Nigeria hosts a stiff contest between war and peace. In this country, “almost everything is true (and) almost nothing is true” (Tim O’Brien, The Things They Carried). But we are a nation at war. And in war, all points are taken if the soldier will outlive the bullets. Was the 2014 kidnap of Chibok girls politics by other means? Is the current insecurity downpour in Kaduna contrived for electoral gains? Is there a confluence joining the rivers of politics and terrorism in Nigeria? It is not my job to find answers to these questions. Some people were elected or appointed and are paid to explore the waters for sharks. It is their job to answer queries on why we suffer a deluge of bloody attacks and abductions.
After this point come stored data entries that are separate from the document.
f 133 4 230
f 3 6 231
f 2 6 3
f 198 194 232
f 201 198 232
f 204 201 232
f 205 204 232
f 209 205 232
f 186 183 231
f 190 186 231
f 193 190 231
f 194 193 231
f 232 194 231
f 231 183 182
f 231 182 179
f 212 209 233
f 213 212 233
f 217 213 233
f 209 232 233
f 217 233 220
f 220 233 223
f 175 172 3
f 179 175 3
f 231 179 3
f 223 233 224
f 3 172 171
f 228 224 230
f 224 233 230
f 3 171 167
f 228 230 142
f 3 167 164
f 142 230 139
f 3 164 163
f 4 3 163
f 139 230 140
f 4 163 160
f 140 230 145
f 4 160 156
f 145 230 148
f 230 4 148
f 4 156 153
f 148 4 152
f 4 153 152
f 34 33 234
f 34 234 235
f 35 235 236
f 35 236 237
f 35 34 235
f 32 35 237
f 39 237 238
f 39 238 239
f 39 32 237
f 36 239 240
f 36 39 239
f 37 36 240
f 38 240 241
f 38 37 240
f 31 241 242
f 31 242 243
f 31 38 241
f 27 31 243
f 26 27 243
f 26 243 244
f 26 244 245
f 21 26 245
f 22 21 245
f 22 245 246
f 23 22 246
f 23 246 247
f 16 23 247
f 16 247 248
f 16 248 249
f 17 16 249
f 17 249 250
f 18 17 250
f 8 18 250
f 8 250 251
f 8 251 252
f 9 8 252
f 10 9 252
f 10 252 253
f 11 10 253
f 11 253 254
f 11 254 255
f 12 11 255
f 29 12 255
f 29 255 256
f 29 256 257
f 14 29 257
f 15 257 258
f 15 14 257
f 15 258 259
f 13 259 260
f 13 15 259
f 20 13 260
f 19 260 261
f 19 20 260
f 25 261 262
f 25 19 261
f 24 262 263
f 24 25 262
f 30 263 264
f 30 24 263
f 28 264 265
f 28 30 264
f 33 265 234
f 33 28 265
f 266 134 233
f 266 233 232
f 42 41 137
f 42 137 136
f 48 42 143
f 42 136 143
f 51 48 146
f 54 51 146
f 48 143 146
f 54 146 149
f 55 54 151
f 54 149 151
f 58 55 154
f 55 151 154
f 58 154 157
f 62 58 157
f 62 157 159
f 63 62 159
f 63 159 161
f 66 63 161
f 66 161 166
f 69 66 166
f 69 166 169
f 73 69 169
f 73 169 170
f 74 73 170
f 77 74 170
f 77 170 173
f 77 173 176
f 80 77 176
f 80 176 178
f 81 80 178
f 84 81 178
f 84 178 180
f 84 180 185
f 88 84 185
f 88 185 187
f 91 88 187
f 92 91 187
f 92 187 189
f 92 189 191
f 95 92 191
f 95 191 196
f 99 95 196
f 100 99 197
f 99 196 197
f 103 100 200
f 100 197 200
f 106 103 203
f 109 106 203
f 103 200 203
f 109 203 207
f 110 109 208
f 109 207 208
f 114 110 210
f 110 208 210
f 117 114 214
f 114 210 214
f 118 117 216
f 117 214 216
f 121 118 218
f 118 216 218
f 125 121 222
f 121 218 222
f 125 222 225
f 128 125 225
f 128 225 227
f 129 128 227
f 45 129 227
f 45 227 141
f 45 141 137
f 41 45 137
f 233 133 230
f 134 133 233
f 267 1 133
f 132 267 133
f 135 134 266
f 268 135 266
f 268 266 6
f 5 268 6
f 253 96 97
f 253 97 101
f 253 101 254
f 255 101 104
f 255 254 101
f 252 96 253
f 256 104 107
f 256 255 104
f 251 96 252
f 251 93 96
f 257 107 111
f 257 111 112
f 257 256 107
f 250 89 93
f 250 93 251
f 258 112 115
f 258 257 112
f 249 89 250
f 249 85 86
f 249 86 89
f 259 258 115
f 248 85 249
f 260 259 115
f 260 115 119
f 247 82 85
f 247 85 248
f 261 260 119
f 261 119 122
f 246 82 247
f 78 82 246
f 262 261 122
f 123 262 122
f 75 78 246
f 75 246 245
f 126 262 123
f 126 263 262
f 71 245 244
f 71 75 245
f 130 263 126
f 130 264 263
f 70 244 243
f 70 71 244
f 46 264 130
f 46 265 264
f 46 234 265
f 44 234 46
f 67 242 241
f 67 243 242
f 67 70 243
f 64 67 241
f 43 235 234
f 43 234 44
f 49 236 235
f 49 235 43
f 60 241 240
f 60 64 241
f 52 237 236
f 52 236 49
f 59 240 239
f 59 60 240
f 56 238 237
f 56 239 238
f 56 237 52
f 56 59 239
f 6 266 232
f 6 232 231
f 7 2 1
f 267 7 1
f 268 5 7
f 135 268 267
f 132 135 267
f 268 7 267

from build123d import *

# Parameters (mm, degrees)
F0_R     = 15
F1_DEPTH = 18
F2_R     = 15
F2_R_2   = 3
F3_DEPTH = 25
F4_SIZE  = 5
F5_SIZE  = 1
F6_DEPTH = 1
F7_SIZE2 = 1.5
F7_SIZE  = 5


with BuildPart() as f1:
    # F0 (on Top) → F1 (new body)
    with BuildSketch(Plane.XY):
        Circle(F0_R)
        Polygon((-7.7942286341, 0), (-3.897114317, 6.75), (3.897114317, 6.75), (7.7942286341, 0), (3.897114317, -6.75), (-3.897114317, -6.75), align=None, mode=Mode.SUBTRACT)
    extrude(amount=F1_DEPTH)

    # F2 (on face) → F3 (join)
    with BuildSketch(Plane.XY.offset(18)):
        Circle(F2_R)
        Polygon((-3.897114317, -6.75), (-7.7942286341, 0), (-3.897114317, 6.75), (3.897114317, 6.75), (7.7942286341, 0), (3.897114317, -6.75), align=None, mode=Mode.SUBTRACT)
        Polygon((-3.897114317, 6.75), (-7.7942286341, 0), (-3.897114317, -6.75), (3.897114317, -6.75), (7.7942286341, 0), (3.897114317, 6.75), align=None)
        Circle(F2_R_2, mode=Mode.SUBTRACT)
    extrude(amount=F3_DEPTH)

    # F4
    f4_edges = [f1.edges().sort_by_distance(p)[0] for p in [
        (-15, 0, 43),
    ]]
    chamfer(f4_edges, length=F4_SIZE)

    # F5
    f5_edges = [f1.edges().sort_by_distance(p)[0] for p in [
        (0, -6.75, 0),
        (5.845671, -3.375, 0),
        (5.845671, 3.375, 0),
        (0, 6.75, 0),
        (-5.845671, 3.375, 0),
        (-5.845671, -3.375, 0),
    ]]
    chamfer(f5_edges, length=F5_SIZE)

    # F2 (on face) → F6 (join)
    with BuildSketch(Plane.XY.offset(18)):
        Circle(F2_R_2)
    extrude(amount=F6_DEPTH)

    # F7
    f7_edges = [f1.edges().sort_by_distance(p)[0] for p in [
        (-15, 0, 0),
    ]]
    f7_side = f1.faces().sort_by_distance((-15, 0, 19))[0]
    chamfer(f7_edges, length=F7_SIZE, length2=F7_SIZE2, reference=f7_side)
There is a scramble for the soul of Nigeria. And this is not just among politicians and businessmen. At another level, there are the terrorists, the bandits and their enablers. Like the political class, they are furiously tugging at the entrails of the nation. They move unrestrained. People die daily, Nero is fiddling. At least eight people were killed during the Kaduna train attack. One of them, a labour leader from Kwara, was shot in the head; another was on the phone with his wife discussing his next meal when bullets silenced him. A shot medical doctor wanted to live and she tweeted ‘help.’ It was her corpse that Nigeria helped into the icy loneliness of the morgue. How many more died? Five. The remaining five’s stories are no less gory. There were twenty six others who sustained gunshot injuries. It took us many days to know exactly the number of students stolen from Chibok. We do not know yet how many of the Kaduna train passengers were stolen by the terrorists for ransom. Almost a month after the attack, we are still scratching our heads asking how many were truly in the train and how many were abducted.

APC and its government should listen carefully to the voice of silence in the rash of killings and abductions. Relations of the abducted were on the streets of Abuja last week clutching #BringbackOurRelations placards. They were on TV too confirming receiving non-ransom-seeking calls from the terrorists. The Chibok tragedy was the iceberg that sank the titanic of the PDP. Do you think the train attack has the capacity to be the APC’s own Chibok? We cannot be certain about anything yet. But this government is a poor copier of its predecessor’s scripts. It copies the answers including the (wrong) exam number. The former ruling party thought that Chibok was a puny enemy political action, a mere attempt at political distraction; it believed the thunderbolt would peal away. And so, the then presidency employed silence and inaction as its get-away strategy. But it didn’t work; in fact, the strategy became the hard wood which energized the fires that cooked the PDP. Because the then president refused to talk and work, his wife, Patience, apparently believing that the whole tragedy was a strategy, took over, wept and made the famous “Dia ris God (There is God),” video skit. That intervention was a catastrophic turning point for the Jonathan presidency. It was its Autumn. YouTube owners, Google, a year later, announced the clip as Nigeria’s most viewed non-music footage ever. We have not had the luck of watching this regime’s own tears – even if they are crocodile’s.